Hamlin v. Abell
Decision Date | 13 February 1894 |
Parties | Hamlin et al. v. Abell, Appellant |
Court | Missouri Supreme Court |
Appeal from Jackson Circuit Court. -- Hon. R. H. Field, Judge.
Affirmed.
Scammon Crosby & Stubenrauch for appellant.
(1) The testimony was uncontradicted that the appellant sold these notes as the agent of the First National Bank of Fairmont Nebraska, and that the respondents knew this at the time they purchased the notes. The jury, therefore, should have been instructed to find for appellant. Ziegler v. Fallon, 28 Mo.App. 295; Hartzell v. Crumb, 90 Mo. 630; Klosterman v. Tobler, 58 Mo. 290; Mechem on Agency secs. 555, 929; 1 Am. and Eng. Encyclopedia of Law, p. 401; Worthington v. Cowles, 112 Mass. 30; Fleet v. Martin, 7 L. R. Q. B. 126; Fairlee v. Fenton, L. R. 5 Ex. 169. (2) The court erred in giving instruction number 1 of its own motion. It ignored entirely the gist of the action, viz., fraudulent intent, or such reckless conduct as was equivalent to a disregard of the rights of others. Dulaney v. Rogers, 64 Mo. 201; Dunn v. White, 63 Mo. 181; Welsh v. Morse, 80 Mo. 568; Redpath v. Lawrence, 42 Mo.App. 101; Anderson v. Pike, 86 Mo. 293; Fenwick v. Bowling, 42 Mo.App. 516; Kountz v. Kaufman, 31 Mo.App. 397; 1 Smith's Leading Cases [6 Am.
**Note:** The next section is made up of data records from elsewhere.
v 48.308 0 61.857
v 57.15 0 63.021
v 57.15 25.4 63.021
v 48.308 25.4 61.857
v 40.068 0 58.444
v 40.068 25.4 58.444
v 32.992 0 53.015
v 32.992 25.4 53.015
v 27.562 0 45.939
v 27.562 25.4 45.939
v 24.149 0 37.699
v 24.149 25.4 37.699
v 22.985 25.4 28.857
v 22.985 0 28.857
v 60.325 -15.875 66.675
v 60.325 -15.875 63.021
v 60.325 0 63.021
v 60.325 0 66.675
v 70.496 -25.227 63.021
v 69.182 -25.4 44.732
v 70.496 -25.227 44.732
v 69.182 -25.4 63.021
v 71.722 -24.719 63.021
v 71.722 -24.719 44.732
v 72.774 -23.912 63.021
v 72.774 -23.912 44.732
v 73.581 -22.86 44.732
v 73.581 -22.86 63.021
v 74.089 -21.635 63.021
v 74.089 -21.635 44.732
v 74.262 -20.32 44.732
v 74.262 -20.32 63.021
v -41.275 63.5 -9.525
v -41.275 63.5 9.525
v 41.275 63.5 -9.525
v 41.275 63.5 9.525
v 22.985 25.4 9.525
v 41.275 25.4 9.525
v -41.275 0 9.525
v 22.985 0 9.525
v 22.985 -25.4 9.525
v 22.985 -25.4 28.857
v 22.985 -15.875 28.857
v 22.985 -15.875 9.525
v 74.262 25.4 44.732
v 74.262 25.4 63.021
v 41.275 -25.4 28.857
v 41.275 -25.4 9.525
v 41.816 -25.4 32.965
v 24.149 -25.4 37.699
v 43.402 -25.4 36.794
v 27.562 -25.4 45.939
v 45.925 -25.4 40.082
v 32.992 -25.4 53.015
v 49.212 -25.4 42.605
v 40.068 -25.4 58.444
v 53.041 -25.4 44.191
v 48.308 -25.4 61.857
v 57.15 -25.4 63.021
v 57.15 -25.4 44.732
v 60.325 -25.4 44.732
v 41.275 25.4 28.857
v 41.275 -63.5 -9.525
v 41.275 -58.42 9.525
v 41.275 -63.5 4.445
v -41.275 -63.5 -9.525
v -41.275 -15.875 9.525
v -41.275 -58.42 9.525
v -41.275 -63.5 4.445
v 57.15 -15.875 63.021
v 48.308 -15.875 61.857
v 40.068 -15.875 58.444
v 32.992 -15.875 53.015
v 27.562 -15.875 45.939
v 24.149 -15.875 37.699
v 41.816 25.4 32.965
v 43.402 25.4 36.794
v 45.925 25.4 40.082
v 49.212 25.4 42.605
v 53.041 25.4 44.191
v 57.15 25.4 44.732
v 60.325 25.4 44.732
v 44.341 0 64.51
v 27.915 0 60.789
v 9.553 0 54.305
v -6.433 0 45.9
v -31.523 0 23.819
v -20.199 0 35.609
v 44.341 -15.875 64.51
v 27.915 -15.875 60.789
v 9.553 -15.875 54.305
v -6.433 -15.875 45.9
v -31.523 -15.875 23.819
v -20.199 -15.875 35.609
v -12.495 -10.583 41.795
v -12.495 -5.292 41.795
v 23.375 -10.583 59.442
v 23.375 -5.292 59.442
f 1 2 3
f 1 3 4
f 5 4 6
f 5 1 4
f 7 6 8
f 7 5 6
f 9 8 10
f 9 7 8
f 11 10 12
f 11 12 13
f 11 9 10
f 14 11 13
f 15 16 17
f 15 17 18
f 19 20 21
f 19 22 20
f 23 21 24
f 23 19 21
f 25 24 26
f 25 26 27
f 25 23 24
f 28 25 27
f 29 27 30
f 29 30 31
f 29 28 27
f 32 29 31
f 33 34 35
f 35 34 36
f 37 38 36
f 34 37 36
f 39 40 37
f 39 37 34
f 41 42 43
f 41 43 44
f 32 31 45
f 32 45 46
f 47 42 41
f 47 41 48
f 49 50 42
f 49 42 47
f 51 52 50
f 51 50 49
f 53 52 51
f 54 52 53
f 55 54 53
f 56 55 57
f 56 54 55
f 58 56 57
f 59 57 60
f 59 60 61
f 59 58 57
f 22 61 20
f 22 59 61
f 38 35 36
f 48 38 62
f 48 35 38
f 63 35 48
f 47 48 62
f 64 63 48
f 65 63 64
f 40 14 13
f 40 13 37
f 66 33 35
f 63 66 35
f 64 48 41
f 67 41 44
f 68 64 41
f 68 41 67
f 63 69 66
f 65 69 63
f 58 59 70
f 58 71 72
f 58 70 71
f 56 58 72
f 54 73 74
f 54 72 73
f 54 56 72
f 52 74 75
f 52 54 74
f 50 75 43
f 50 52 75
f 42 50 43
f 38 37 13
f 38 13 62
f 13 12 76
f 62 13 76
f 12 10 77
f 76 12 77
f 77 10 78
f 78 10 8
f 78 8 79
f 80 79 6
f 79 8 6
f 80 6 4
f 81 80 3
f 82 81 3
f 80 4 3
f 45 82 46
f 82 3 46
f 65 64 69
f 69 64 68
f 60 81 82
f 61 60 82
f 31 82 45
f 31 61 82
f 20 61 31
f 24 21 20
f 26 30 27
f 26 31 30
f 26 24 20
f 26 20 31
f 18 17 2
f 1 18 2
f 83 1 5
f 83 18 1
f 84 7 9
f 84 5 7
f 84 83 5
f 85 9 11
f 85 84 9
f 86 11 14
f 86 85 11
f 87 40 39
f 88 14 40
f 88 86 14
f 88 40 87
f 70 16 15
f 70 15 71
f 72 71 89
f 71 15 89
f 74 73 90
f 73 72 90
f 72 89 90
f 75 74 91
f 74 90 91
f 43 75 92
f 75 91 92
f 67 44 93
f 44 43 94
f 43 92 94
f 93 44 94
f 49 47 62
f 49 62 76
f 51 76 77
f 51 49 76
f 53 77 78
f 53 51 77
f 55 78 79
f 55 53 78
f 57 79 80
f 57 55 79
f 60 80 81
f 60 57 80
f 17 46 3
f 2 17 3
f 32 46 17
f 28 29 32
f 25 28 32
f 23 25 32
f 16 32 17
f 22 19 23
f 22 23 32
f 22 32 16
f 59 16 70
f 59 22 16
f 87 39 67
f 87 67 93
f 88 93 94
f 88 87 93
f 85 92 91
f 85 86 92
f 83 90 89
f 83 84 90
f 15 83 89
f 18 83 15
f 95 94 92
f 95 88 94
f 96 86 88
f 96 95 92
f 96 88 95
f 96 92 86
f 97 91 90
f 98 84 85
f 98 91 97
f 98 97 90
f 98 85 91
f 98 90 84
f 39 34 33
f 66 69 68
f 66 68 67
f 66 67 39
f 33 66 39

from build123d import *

# Parameters (mm, degrees)
F1_DEPTH = 63.5
F0_W     = 13.9366841115
F0_H     = 18.2897937342
F2_DEPTH = 25.4
F3_DEPTH = 15.875
F4_SIZE  = 5.08
F5_R     = 5.08


with BuildPart() as f1:
    # F0 (on Front) → F1 (new body, symmetric)
    with BuildSketch(Plane.XZ):
        Polygon((22.9852062658, 9.525), (-41.275, 9.525), (-41.275, -9.525), (41.275, -9.525), (41.275, 9.525), align=None)
    extrude(amount=F1_DEPTH, both=True)

    # F0 (on Front) → F2 (join, symmetric)
    with BuildSketch(Plane.XZ):
        with BuildLine():
            Line((22.9852062658, 28.8565382361), (22.9852062658, 9.525))
            Line((22.9852062658, 9.525), (41.275, 9.525))
            Line((41.275, 9.525), (41.275, 28.8565382361))
            ThreePointArc((41.275, 28.8565382361), (45.9246798487, 40.0818583875), (57.15, 44.7315382361))
            Line((57.15, 44.7315382361), (60.325, 44.7315382361))
            Line((60.325, 44.7315382361), (60.325, 63.0213319704))
            Line((60.325, 63.0213319704), (57.15, 63.0213319704))
            ThreePointArc((57.15, 63.0213319704), (32.9918426727, 53.0146955635), (22.9852062658, 28.8565382361))
        make_face()
        with Locations((67.2933420557, 53.8764351033)):
            Rectangle(F0_W, F0_H)
    extrude(amount=F2_DEPTH, both=True)

    # F0 (on Front) → F3 (join)
    with BuildSketch(Plane.XZ):
        with BuildLine():
            add(Edge.make_bspline(
                [(-41.275, 9.525), (-18.0427934974, 50.5091771483), (24.8379260302, 63.2460191846), (60.325, 66.675)],
                knots=[0, 0, 0, 0, 116.5705044169, 116.5705044169, 116.5705044169, 116.5705044169], degree=3))
            Line((-41.275, 9.525), (22.9852062658, 9.525))
            Line((22.9852062658, 9.525), (22.9852062658, 28.8565382361))
            ThreePointArc((22.9852062658, 28.8565382361), (32.9918426727, 53.0146955635), (57.15, 63.0213319704))
            Line((57.15, 63.0213319704), (60.325, 63.0213319704))
            Line((60.325, 63.0213319704), (60.325, 66.675))
        make_face()
    extrude(amount=F3_DEPTH)

    # F4
    f4_edges = [f1.edges().sort_by_distance(p)[0] for p in [
        (0, -63.5, 9.525),
    ]]
    chamfer(f4_edges, length=F4_SIZE)

    # F5
    f5_edges = [f1.edges().sort_by_distance(p)[0] for p in [
        (74.261684, -25.4, 53.876435),
    ]]
    fillet(f5_edges, radius=F5_R)


solid = f1.part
Ed.], part 1, 284. (3) The court erred in refusing to receive testimony from appellant that several notes of the parties on account of which the suit was brought, before negotiated by the appellant, had been paid promptly at maturity. (4) The testimony of E. L. Martin to the effect that he had paid his note by a conveyance of land, should have been admitted by the court. (5) The court erred in refusing to permit the appellant to show that the bank statement published in its circular was exactly what it purported to be, the thing called statement published by the bank in the newspapers, as immaterial and irrelevant. (6) The court erred in refusing to permit the appellant to show the efforts that he had made, through his agent Bostwick, to ascertain the real standing of the First National Bank of Fairmont, and in refusing to permit the letter of that bank's correspondent at Omaha to be introduced in evidence. Abbott's Trial Evidence, pp. 617-621. Oberlander v. Spiess, 45 N.Y. 175.
Harwood & Meredith and Charles Offutt for respondents.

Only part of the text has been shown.